Il buio del pensiero è asfissiante, incalzante, improrogabile. Come ombra delle ombre segue ovunque. Non lascia scampo né riposo né solitudine alcuna. Come nemico immaginario, colpisce da qualunque direzione e in qualsiasi momento. Non c'è difesa né armatura né muraglia capace di fermare i suoi fendenti. Come nero manto di origine ignota, non c'è spazio che non sia avvolto, stretto, rinchiuso nella sua oscurità. Toglie il fiato, altera il ritmo cardiaco, modifica i sensi e la percezione delle cose. Incupisce, scurisce, occulta se stessi e le cose a tal punto da con-fondere vittima, labirinto e Minotauro, ritenendoli un tutt'uno. Ci si muove ciechi, dissennati, deliranti in cerca di quella fiamma, di quella luce, di quella stella che possa schiarire anche per un solo istante quello stato di anonimato, di incomprensione, di annebbiamento che avviluppa tutto e ci si ritrova nuovamente privi di vista, fuori di sé, senza ragione. Come Urobòro o un cane che si morde la coda, il buio del pensiero costringe senza sosta a fare i conti con esso. Obbliga a ottenebrarsi, a confondersi, ad annichilirsi. Vincola, ad occuparsi di esso. Non ci si può sottrarre, non gli si può sfuggire, non c'è redenzione. Si vive, così, alla ricerca, si procede a tentoni, tastando con mano le stesse tenebre nelle quali ci si muove, continuamente inconsapevoli se l'orientamento è quello giusto oppure è l'ennesimo errore. E poi, in un effimero istante, ecco la luce. Come in un battito di ciglia, si apre una prospettiva ampia e meravigliosa e si ritira repentinamente nel buio. Si vede tutto, nel silenzioso clamore di quell'apertura inattesa. La terra spossata, ammaccata e ancora viva; il cielo traboccante, fatale e deperito; una casa candida, incontaminata, innocente.

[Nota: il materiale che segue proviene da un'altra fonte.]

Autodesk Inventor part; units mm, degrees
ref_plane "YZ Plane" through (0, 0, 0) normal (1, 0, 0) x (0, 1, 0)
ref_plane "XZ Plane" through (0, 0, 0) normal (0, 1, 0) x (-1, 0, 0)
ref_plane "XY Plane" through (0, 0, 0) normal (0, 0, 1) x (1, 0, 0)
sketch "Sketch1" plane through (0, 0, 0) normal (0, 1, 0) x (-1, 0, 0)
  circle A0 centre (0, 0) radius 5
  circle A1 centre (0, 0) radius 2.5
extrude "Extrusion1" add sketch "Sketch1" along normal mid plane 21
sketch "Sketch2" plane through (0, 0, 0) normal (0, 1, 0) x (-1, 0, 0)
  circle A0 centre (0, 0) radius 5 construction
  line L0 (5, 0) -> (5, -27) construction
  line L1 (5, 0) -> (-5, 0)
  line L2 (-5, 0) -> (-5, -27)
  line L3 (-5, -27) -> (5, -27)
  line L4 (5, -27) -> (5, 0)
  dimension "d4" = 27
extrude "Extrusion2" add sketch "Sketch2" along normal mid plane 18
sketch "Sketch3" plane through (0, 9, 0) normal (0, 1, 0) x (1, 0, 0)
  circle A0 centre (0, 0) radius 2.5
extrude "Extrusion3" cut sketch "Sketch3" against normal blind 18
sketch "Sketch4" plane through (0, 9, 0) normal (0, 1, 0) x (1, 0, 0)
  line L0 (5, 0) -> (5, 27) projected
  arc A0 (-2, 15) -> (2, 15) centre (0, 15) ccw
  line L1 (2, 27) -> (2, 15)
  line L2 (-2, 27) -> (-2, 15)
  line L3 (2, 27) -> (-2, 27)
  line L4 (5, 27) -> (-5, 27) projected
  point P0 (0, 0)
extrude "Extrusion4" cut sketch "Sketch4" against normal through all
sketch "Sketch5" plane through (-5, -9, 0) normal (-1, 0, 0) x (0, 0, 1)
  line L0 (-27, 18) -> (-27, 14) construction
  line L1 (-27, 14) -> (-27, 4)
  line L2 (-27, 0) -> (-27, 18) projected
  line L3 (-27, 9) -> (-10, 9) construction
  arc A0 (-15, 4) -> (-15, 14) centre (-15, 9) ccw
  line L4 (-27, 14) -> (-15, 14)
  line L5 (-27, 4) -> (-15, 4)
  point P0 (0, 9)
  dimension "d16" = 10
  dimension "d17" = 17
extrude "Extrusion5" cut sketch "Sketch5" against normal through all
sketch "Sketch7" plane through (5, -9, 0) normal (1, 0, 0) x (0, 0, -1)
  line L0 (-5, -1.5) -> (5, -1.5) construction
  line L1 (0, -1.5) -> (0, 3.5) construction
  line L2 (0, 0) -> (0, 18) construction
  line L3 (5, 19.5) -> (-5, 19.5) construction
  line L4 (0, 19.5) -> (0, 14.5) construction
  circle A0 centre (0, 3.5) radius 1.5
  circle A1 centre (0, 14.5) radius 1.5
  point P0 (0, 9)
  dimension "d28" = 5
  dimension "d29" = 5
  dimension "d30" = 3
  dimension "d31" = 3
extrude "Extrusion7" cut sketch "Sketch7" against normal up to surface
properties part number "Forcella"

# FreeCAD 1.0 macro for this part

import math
import FreeCAD as App
import Part
import Sketcher
Q = App.Units.Quantity


def add_polygon(sketch, points):
    """Adds a closed chain of lines whose ends are joined by coincident constraints."""
    first, n = sketch.GeometryCount, len(points)
    for a, b in zip(points, points[1:] + points[:1]):
        sketch.addGeometry(Part.LineSegment(App.Vector(*a, 0), App.Vector(*b, 0)), False)
    for i in range(n):
        sketch.addConstraint(Sketcher.Constraint("Coincident", first + i, 2, first + (i + 1) % n, 1))

doc = App.newDocument("Part")
body = doc.addObject("PartDesign::Body", "Body")

sketch1 = doc.addObject("Sketcher::SketchObject", "Sketch")
body.addObject(sketch1)
sketch1.AttachmentSupport = (doc.XZ_Plane, [""])
sketch1.MapMode = "FlatFace"
sketch1.addGeometry([
    Part.Circle(App.Vector(0, 0, 0), App.Vector(0, 0, 1), 5),
    Part.Circle(App.Vector(0, 0, 0), App.Vector(0, 0, 1), 2.5),
], False)
sketch1.addConstraint([
    Sketcher.Constraint("Coincident", 0, 3, -1, 1),
    Sketcher.Constraint("Coincident", 1, 3, -1, 1),
    Sketcher.Constraint("Diameter", 0, Q("10 mm")),
    Sketcher.Constraint("Diameter", 1, Q("5 mm")),
])
pad1 = doc.addObject("PartDesign::Pad", "Pad")
body.addObject(pad1)
pad1.Profile = sketch1
pad1.Length = 21
pad1.Midplane = True

sketch2 = doc.addObject("Sketcher::SketchObject", "Sketch001")
body.addObject(sketch2)
sketch2.AttachmentSupport = (doc.XZ_Plane, [""])
sketch2.MapMode = "FlatFace"
add_polygon(sketch2, [(-5, -27), (-5, 0), (5, 0), (5, -27)])
sketch2.addConstraint([
    Sketcher.Constraint("Vertical", 0),
    Sketcher.Constraint("Horizontal", 1),
    Sketcher.Constraint("Vertical", 2),
    Sketcher.Constraint("Horizontal", 3),
    Sketcher.Constraint("Symmetric", 0, 2, 1, 2, -1, 1),
    Sketcher.Constraint("DistanceY", 0, 1, 0, 2, Q("27 mm")),
    Sketcher.Constraint("DistanceX", 1, 1, 1, 2, Q("10 mm")),
])
pad2 = doc.addObject("PartDesign::Pad", "Pad001")
body.addObject(pad2)
pad2.Profile = sketch2
pad2.Length = 18
pad2.Midplane = True

sketch3 = doc.addObject("Sketcher::SketchObject", "Sketch002")
body.addObject(sketch3)
sketch3.AttachmentSupport = (doc.XZ_Plane, [""])
sketch3.MapMode = "FlatFace"
sketch3.AttachmentOffset = App.Placement(App.Vector(0, 0, -9), App.Rotation())
sketch3.addGeometry(Part.Circle(App.Vector(0, 0, 0), App.Vector(0, 0, 1), 2.5), False)
sketch3.addConstraint([
    Sketcher.Constraint("Coincident", 0, 3, -1, 1),
    Sketcher.Constraint("Diameter", 0, Q("5 mm")),
])
pocket1 = doc.addObject("PartDesign::Pocket", "Pocket")
body.addObject(pocket1)
pocket1.Profile = sketch3
pocket1.Length = 18
pocket1.Reversed = True

sketch4 = doc.addObject("Sketcher::SketchObject", "Sketch003")
body.addObject(sketch4)
sketch4.AttachmentSupport = (doc.XZ_Plane, [""])
sketch4.MapMode = "FlatFace"
sketch4.AttachmentOffset = App.Placement(App.Vector(0, 0, -9), App.Rotation())
sketch4.addGeometry([
    Part.LineSegment(App.Vector(-2, -27, 0), App.Vector(-2, -15, 0)),
    Part.ArcOfCircle(Part.Circle(App.Vector(0, -15, 0), App.Vector(0, 0, 1), 2), math.radians(0), math.radians(180)),
    Part.LineSegment(App.Vector(2, -15, 0), App.Vector(2, -27, 0)),
    Part.LineSegment(App.Vector(2, -27, 0), App.Vector(-2, -27, 0)),
], False)
sketch4.addConstraint([
    Sketcher.Constraint("Tangent", 0, 2, 1, 2),
    Sketcher.Constraint("Tangent", 1, 1, 2, 1),
    Sketcher.Constraint("Coincident", 2, 2, 3, 1),
    Sketcher.Constraint("Coincident", 3, 2, 0, 1),
    Sketcher.Constraint("Vertical", 0),
    Sketcher.Constraint("Vertical", 2),
    Sketcher.Constraint("Horizontal", 3),
    Sketcher.Constraint("PointOnObject", 1, 3, -2),
    Sketcher.Constraint("Radius", 1, Q("2 mm")),
    Sketcher.Constraint("DistanceY", 0, 1, 0, 2, Q("12 mm")),
    Sketcher.Constraint("DistanceY", 1, 3, -1, 1, Q("15 mm")),
])
pocket2 = doc.addObject("PartDesign::Pocket", "Pocket001")
body.addObject(pocket2)
pocket2.Profile = sketch4
pocket2.Type = "ThroughAll"
pocket2.Reversed = True

sketch5 = doc.addObject("Sketcher::SketchObject", "Sketch004")
body.addObject(sketch5)
sketch5.AttachmentSupport = (doc.YZ_Plane, [""])
sketch5.MapMode = "FlatFace"
sketch5.AttachmentOffset = App.Placement(App.Vector(0, 0, -5), App.Rotation())
sketch5.addGeometry([
    Part.LineSegment(App.Vector(5, -15, 0), App.Vector(5, -27, 0)),
    Part.LineSegment(App.Vector(5, -27, 0), App.Vector(-5, -27, 0)),
    Part.LineSegment(App.Vector(-5, -27, 0), App.Vector(-5, -15, 0)),
    Part.ArcOfCircle(Part.Circle(App.Vector(0, -15, 0), App.Vector(0, 0, 1), 5), math.radians(0), math.radians(180)),
], False)
sketch5.addConstraint([
    Sketcher.Constraint("Coincident", 0, 2, 1, 1),
    Sketcher.Constraint("Coincident", 1, 2, 2, 1),
    Sketcher.Constraint("Tangent", 2, 2, 3, 2),
    Sketcher.Constraint("Tangent", 3, 1, 0, 1),
    Sketcher.Constraint("Vertical", 0),
    Sketcher.Constraint("Horizontal", 1),
    Sketcher.Constraint("Vertical", 2),
    Sketcher.Constraint("PointOnObject", 3, 3, -2),
    Sketcher.Constraint("Radius", 3, Q("5 mm")),
    Sketcher.Constraint("DistanceY", 0, 2, 0, 1, Q("12 mm")),
    Sketcher.Constraint("DistanceY", 3, 3, -1, 1, Q("15 mm")),
])
pocket3 = doc.addObject("PartDesign::Pocket", "Pocket002")
body.addObject(pocket3)
pocket3.Profile = sketch5
pocket3.Type = "ThroughAll"
pocket3.Reversed = True

sketch6 = doc.addObject("Sketcher::SketchObject", "Sketch005")
body.addObject(sketch6)
sketch6.AttachmentSupport = (doc.YZ_Plane, [""])
sketch6.MapMode = "FlatFace"
sketch6.AttachmentOffset = App.Placement(App.Vector(0, 0, 5), App.Rotation())
sketch6.addGeometry([
    Part.Circle(App.Vector(-5.5, 0, 0), App.Vector(0, 0, 1), 1.5),
    Part.Circle(App.Vector(5.5, 0, 0), App.Vector(0, 0, 1), 1.5),
], False)
sketch6.addConstraint([
    Sketcher.Constraint("Equal", 0, 1),
    Sketcher.Constraint("Symmetric", 0, 3, 1, 3, -1, 1),
    Sketcher.Constraint("PointOnObject", 0, 3, -1),
    Sketcher.Constraint("Diameter", 0, Q("3 mm")),
    Sketcher.Constraint("DistanceX", 0, 3, 1, 3, Q("11 mm")),
])
pocket4 = doc.addObject("PartDesign::Pocket", "Pocket003")
body.addObject(pocket4)
pocket4.Profile = sketch6
pocket4.Length = 3

doc.recompute()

Nella poesia Il lampo di Giovanni Pascoli, è possibile riflettere sul nichilismo e su cosa vuol dire pensare a partire da esso, dentro di esso e nel tentativo di trovare una via d'uscita. Quest'ultima non è scontata e dipende dalla prontezza del soggetto che pensa di cogliere ciò che si apre in un'illuminazione improvvisa, paragonabile a un evento naturale, come per esempio un lampo che rischiara per un attimo la/nella notte buia.
Questo chiarore passeggero offre la chance di mettere a fuoco alcuni elementi-chiave che consentono di orientare il pensiero, prima che torni nuovamente l'oscurità del nichilismo, e di prendere una scelta:
- la terra, simbolo della storia, colma delle ferite provocate dalla fatica del lavoro e dagli eventi politici e sanguinosi che si sono susseguiti nella storia dell'umanità;
- il cielo, simbolo della metafisica, strapieno di interpretazioni portatrici di catastrofi al genere umano, ormai guasto, che ha esaurito la sua antica funzione;
- la casa, simbolo della mitezza, della semplicità, della genuinità, della trasparenza;
- l'occhio, simbolo del vedere, del pensiero;
- la notte nera, simbolo appunto de nichilismo.
È a partire da questi punti di riferimento che, in balia del nichilismo, è possibile pensare all'occasione di trovare una via d'uscita da esso. Forse Pascoli non la trova. Anzi, pare che ai suoi occhi il nichilismo sia un dato di fatto, una certezza che torna ad essere un punto di riferimento nel sottrarre qualsiasi stella polare con la quale orientare il proprio pensiero. Forse lascia al singolo individuo l'eventualità di operare una scelta a partire da quei concetti-chiave, dei quali definisce il senso e la funzione con pochi termini Forse indica nella casa la nuova stella polare con la quale indirizzare il pensiero, all'interno del vicolo cieco che è il/nel nichilismo. Forse...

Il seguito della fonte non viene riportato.